Retype, word for word, every line of the records below starting at the one that contains "#30=ORIENTED_EDGE('',*,*,#29,.T.);" and ending at the one that contains "#50=EDGE_LOOP('',(#49));"; include both of those lines and nothing more.
** GIVEN RECORDS follows **
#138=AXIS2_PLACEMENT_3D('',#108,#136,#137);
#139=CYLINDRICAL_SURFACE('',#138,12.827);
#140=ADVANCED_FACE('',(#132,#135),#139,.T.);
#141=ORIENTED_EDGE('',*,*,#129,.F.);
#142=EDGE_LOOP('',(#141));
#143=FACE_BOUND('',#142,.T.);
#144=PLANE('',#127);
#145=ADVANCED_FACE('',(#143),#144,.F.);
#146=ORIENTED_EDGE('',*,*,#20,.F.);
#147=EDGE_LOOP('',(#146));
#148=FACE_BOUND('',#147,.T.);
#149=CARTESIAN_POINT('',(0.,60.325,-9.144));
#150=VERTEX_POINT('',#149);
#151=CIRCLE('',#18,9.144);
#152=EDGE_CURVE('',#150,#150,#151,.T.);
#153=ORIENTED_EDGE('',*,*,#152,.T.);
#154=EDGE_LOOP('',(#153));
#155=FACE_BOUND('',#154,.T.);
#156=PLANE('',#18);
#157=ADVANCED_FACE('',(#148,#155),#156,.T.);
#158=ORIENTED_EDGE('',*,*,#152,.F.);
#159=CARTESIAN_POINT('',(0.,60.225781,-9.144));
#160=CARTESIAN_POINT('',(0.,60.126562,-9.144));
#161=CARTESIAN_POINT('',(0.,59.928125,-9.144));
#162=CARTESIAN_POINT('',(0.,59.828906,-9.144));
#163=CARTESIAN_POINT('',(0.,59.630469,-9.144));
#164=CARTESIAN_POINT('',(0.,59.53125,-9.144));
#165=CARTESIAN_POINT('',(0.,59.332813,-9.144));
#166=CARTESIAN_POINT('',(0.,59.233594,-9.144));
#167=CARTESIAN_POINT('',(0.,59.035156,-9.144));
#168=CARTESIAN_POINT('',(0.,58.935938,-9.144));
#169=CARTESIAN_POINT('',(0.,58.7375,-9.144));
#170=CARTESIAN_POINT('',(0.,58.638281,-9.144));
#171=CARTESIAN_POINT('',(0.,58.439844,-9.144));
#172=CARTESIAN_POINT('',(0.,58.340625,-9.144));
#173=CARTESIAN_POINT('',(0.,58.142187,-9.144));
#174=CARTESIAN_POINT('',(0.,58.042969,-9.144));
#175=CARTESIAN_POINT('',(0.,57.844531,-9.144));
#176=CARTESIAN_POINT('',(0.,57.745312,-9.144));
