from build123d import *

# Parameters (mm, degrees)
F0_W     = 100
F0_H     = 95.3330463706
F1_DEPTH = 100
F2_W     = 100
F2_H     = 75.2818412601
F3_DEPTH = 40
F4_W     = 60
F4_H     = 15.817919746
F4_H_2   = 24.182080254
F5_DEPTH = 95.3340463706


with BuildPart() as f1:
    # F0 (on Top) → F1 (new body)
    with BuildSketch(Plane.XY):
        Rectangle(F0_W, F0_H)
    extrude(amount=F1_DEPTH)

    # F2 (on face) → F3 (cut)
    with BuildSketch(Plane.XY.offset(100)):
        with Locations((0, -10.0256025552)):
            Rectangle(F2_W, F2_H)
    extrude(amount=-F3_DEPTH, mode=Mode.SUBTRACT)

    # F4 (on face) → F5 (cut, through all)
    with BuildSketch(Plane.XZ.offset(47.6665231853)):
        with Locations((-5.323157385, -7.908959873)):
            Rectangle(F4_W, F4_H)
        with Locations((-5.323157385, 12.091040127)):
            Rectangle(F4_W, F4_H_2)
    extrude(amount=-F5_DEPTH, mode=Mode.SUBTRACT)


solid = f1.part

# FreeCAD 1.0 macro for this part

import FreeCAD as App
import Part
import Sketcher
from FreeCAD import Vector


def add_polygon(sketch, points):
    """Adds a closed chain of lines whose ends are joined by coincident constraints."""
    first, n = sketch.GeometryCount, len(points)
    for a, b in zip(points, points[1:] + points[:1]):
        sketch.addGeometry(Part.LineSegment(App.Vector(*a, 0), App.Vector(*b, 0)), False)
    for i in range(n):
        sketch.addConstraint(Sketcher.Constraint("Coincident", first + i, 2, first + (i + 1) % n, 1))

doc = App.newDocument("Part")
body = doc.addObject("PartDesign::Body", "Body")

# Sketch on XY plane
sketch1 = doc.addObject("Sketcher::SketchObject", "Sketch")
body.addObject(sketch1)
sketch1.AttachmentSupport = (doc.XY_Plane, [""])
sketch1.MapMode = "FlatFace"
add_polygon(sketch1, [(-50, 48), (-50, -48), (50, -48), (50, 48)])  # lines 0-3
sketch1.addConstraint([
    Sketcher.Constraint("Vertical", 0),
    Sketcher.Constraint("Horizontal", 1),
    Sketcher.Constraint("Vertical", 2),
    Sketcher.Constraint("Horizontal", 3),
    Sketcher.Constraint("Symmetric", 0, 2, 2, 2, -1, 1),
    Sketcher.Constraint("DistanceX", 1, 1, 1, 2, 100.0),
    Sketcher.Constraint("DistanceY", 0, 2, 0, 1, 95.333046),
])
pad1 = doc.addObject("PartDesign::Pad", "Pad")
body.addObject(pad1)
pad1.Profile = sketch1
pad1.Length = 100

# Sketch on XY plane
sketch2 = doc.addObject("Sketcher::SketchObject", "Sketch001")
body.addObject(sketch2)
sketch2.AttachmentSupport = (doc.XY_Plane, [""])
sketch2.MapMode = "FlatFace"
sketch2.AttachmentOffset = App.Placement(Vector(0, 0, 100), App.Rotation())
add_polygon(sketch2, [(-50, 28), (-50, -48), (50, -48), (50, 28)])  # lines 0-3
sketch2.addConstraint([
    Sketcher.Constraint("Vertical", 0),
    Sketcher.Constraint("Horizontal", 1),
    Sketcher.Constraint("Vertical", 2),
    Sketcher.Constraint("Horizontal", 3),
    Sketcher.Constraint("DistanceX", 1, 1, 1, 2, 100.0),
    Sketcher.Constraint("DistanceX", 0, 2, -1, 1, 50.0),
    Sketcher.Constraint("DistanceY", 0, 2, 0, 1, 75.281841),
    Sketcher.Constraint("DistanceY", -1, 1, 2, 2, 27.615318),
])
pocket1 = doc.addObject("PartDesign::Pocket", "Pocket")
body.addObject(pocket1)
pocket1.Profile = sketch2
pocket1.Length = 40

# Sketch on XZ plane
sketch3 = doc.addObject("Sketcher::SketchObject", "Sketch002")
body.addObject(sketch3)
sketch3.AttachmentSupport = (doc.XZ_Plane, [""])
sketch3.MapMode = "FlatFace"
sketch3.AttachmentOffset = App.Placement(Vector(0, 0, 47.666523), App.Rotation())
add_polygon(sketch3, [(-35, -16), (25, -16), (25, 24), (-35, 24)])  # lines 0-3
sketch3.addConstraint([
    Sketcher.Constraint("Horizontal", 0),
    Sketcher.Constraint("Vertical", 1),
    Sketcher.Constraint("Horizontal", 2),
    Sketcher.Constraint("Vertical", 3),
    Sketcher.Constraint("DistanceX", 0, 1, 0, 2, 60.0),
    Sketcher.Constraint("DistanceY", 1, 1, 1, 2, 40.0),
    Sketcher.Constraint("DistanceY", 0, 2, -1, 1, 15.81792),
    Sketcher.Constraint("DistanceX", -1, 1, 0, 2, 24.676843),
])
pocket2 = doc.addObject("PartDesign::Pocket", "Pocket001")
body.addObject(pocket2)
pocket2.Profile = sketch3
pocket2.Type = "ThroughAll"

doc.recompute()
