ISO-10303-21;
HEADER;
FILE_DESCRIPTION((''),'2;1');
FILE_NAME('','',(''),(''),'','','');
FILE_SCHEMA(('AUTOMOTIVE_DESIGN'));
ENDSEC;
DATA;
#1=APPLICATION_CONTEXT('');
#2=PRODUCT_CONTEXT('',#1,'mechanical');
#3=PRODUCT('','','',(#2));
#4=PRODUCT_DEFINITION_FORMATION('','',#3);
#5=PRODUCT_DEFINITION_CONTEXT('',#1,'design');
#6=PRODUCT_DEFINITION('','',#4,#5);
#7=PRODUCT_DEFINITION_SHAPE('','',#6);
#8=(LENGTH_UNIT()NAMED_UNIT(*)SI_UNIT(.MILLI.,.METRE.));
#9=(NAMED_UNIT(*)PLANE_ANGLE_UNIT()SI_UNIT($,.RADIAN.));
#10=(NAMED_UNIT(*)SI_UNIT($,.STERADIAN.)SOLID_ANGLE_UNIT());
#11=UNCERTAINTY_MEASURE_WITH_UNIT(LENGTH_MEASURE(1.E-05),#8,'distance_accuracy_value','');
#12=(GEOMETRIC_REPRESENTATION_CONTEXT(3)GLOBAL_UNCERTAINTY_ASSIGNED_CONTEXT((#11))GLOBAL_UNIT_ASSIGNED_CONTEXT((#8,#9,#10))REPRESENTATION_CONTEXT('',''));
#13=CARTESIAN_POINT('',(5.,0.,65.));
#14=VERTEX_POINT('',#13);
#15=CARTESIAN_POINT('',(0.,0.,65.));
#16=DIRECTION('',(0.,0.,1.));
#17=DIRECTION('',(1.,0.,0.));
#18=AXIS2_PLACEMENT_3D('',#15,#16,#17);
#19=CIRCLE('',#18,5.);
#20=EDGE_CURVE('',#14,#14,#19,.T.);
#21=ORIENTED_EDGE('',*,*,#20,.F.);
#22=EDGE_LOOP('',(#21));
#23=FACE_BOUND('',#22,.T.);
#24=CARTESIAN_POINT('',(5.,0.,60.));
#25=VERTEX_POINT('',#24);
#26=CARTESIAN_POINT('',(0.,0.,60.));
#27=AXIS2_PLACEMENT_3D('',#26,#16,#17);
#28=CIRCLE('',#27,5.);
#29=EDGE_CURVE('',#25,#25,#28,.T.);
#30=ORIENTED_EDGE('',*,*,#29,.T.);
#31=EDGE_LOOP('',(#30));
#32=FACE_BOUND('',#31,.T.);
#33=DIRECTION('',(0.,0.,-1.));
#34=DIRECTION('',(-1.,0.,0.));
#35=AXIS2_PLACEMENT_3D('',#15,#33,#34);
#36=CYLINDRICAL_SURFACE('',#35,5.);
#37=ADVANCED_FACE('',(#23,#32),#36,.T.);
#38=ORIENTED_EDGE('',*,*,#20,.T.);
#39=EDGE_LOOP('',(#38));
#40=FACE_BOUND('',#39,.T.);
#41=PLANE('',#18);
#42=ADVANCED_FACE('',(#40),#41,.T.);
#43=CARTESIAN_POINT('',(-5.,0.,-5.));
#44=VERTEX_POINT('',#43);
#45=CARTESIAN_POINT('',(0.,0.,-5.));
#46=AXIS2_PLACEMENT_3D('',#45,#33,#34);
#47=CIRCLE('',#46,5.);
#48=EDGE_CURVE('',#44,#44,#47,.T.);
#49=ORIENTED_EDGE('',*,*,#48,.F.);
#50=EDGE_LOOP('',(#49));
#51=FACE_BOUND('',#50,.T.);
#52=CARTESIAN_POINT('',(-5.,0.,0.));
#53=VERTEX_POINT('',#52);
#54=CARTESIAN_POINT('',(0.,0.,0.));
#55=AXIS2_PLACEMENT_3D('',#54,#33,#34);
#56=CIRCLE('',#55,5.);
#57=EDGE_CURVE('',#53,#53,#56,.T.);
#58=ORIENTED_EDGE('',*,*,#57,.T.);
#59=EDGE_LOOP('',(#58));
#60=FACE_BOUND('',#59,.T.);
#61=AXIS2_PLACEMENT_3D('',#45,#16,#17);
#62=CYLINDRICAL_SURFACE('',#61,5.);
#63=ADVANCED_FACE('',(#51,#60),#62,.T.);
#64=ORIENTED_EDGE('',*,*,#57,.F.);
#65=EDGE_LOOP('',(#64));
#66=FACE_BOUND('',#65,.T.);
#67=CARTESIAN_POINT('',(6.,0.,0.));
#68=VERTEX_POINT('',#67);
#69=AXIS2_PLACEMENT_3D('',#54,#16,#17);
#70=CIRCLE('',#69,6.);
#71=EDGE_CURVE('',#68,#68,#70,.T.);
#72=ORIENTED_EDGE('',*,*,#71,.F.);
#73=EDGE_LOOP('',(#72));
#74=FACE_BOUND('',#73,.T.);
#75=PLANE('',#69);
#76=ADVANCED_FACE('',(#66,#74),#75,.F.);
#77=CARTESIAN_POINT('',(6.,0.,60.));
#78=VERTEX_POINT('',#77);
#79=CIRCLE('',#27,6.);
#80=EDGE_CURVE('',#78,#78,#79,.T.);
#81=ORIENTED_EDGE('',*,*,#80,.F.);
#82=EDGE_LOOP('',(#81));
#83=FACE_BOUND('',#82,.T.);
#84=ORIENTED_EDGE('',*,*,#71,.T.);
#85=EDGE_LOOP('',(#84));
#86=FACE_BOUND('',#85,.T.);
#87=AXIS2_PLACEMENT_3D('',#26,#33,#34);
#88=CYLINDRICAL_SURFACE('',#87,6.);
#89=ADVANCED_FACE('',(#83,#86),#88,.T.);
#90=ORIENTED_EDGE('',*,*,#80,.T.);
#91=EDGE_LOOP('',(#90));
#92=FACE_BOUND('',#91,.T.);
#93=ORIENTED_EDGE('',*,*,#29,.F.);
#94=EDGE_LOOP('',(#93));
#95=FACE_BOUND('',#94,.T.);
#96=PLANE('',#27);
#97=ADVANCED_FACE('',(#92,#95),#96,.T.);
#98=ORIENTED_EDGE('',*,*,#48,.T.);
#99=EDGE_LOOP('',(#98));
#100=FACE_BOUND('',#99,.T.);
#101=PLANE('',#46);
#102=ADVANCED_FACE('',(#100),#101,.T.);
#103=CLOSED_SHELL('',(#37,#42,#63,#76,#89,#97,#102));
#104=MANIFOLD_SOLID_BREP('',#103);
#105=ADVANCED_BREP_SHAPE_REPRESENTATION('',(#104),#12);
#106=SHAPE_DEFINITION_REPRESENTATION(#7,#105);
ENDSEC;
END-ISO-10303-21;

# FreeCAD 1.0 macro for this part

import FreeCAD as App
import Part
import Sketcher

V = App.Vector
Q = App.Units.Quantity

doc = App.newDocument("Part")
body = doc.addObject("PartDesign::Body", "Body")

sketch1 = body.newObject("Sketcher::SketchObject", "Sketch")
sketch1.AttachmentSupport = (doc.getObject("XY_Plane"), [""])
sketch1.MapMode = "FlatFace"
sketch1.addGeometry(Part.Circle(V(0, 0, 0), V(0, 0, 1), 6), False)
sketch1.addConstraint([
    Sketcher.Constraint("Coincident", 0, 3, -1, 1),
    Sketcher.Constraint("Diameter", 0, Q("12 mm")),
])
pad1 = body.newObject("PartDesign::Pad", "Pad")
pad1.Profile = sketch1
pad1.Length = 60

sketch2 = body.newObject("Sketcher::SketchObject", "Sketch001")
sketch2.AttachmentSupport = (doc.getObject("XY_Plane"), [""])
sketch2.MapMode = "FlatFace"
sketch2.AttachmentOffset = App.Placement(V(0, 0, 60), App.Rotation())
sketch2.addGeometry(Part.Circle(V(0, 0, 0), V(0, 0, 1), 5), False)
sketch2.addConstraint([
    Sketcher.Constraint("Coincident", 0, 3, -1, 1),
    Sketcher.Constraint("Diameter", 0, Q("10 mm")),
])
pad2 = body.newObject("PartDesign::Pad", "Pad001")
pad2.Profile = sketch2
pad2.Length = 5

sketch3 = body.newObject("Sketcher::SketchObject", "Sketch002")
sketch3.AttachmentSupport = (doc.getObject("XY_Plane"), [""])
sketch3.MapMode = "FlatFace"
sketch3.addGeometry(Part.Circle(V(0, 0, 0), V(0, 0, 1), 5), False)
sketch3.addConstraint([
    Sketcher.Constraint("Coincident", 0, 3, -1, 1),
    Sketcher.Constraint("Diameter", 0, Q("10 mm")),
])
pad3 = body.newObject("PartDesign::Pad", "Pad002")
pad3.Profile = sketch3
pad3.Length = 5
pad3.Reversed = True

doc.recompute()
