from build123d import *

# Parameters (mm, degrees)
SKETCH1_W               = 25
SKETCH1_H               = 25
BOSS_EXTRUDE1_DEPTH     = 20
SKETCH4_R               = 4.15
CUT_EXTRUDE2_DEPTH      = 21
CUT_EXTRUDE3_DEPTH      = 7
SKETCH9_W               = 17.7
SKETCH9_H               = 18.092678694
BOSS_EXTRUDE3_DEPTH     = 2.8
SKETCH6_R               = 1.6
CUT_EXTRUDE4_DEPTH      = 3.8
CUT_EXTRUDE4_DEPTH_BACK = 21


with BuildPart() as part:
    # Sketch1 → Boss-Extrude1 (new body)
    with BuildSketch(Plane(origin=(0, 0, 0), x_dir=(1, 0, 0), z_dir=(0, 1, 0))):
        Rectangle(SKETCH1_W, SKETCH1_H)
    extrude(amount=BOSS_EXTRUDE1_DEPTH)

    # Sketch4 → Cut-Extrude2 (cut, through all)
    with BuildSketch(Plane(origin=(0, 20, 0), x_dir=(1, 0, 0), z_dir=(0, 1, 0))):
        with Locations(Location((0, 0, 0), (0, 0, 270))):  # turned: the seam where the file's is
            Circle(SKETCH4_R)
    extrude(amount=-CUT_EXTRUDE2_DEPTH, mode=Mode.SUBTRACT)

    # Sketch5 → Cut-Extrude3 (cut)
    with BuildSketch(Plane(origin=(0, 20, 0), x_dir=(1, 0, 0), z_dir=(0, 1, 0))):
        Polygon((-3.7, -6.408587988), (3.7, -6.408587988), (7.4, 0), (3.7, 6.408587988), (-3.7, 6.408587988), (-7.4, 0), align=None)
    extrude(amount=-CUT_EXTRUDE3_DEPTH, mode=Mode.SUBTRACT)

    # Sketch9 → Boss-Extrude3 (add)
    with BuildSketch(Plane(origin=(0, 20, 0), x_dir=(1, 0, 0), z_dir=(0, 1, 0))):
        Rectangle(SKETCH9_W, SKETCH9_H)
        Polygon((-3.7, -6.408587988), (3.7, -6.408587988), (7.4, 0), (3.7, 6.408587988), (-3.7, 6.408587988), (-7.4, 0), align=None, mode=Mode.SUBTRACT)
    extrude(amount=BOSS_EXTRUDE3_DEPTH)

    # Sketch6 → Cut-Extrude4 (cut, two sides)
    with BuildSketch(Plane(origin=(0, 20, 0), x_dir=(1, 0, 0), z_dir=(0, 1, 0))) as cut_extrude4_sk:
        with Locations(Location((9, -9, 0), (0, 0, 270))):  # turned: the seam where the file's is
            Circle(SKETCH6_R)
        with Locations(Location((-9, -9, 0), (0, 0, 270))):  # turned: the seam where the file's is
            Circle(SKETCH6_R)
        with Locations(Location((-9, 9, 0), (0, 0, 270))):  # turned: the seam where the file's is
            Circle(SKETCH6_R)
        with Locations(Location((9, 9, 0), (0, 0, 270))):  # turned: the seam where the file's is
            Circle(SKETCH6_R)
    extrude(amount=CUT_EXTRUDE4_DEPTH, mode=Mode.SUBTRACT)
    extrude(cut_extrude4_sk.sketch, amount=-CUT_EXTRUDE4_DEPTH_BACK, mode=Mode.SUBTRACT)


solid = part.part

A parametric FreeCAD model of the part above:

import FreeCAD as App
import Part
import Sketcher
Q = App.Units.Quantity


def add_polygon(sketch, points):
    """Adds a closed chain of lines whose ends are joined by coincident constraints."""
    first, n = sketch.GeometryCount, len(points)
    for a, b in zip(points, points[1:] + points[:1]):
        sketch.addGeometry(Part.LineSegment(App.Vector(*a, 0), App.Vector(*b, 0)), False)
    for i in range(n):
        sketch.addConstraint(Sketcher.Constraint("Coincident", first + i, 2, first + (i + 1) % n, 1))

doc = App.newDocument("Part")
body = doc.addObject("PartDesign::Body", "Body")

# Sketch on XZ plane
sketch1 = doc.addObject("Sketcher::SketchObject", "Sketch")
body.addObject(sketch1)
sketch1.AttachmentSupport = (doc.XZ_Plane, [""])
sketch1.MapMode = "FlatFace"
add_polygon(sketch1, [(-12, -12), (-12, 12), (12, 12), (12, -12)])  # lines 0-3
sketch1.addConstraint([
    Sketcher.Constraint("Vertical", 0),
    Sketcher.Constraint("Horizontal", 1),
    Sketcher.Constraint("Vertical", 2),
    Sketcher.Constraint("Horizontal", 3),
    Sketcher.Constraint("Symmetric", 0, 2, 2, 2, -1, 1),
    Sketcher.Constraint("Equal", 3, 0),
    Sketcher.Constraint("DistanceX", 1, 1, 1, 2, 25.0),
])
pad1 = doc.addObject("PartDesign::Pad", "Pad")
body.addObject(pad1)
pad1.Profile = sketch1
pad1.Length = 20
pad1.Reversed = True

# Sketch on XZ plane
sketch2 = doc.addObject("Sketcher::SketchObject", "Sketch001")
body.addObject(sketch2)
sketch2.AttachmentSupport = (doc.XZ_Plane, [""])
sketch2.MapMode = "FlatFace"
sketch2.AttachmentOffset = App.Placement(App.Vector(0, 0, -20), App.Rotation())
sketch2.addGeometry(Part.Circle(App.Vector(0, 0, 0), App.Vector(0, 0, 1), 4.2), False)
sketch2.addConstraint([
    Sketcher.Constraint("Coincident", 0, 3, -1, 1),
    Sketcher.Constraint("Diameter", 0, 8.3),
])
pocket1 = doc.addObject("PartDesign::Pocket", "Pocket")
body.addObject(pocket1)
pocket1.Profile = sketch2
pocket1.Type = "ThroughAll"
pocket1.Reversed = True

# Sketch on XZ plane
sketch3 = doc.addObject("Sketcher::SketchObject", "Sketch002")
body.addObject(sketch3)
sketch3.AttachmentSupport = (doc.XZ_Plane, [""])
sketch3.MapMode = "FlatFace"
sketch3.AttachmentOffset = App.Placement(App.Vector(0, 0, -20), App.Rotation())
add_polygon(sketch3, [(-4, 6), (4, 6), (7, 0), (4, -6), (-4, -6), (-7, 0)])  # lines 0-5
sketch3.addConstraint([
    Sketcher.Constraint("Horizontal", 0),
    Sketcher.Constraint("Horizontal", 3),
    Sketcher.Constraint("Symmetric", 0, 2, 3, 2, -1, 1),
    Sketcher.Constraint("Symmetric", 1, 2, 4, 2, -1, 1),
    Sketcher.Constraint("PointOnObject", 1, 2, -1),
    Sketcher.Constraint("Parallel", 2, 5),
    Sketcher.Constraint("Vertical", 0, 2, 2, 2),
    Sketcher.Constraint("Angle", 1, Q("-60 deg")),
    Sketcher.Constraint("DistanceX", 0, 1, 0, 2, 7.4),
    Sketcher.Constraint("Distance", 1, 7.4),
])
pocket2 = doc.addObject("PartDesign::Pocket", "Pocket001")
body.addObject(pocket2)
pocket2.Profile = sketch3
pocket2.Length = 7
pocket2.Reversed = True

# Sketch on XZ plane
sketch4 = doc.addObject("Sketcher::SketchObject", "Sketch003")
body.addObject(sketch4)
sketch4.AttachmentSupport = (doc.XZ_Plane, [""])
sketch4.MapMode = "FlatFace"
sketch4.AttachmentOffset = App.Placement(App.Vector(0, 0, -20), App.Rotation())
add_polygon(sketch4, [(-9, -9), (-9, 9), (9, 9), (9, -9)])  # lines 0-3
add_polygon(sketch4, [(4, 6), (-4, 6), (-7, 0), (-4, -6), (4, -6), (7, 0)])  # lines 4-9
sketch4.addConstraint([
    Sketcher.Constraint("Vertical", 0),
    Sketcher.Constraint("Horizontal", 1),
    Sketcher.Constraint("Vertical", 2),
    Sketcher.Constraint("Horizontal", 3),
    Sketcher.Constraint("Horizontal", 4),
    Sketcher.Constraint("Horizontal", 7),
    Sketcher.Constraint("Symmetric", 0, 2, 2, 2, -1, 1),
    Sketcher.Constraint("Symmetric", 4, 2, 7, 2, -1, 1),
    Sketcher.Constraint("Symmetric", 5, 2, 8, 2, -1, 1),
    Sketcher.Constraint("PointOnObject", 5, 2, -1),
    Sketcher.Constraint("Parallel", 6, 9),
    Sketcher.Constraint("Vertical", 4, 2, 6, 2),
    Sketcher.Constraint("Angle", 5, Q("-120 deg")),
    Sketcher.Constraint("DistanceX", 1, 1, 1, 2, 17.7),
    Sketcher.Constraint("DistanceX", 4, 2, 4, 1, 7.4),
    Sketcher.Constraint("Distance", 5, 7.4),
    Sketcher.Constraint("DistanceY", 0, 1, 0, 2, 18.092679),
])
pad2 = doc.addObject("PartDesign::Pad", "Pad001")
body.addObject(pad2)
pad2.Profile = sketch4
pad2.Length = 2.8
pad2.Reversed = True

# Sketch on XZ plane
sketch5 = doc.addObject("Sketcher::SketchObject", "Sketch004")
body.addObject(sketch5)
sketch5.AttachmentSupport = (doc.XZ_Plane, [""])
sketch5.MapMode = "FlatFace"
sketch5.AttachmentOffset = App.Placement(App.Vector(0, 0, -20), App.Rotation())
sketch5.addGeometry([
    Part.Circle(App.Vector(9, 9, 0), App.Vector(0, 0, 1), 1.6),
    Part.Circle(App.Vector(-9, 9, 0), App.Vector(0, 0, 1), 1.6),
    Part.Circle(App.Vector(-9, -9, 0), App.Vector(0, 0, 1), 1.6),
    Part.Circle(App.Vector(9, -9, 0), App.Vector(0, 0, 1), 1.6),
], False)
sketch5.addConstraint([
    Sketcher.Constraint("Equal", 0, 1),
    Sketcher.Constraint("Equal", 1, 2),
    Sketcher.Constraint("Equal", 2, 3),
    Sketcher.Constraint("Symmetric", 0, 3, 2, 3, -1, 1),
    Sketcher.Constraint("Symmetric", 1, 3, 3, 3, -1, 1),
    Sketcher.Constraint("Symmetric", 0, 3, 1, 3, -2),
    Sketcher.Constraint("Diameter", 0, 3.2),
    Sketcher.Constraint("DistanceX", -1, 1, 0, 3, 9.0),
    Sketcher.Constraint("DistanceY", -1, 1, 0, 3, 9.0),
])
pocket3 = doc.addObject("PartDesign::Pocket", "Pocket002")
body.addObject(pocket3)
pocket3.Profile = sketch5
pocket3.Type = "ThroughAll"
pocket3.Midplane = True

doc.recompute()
** End of GIVEN RECORDS **
• WRITTEN RESPONSE:
#30=ORIENTED_EDGE('',*,*,#29,.T.);
#31=EDGE_LOOP('',(#30));
#32=FACE_BOUND('',#31,.T.);
#33=DIRECTION('',(0.,0.,-1.));
#34=DIRECTION('',(-1.,0.,0.));
#35=AXIS2_PLACEMENT_3D('',#15,#33,#34);
#36=CYLINDRICAL_SURFACE('',#35,5.);
#37=ADVANCED_FACE('',(#23,#32),#36,.T.);
#38=ORIENTED_EDGE('',*,*,#20,.T.);
#39=EDGE_LOOP('',(#38));
#40=FACE_BOUND('',#39,.T.);
#41=PLANE('',#18);
#42=ADVANCED_FACE('',(#40),#41,.T.);
#43=CARTESIAN_POINT('',(-5.,0.,-5.));
#44=VERTEX_POINT('',#43);
#45=CARTESIAN_POINT('',(0.,0.,-5.));
#46=AXIS2_PLACEMENT_3D('',#45,#33,#34);
#47=CIRCLE('',#46,5.);
#48=EDGE_CURVE('',#44,#44,#47,.T.);
#49=ORIENTED_EDGE('',*,*,#48,.F.);
#50=EDGE_LOOP('',(#49));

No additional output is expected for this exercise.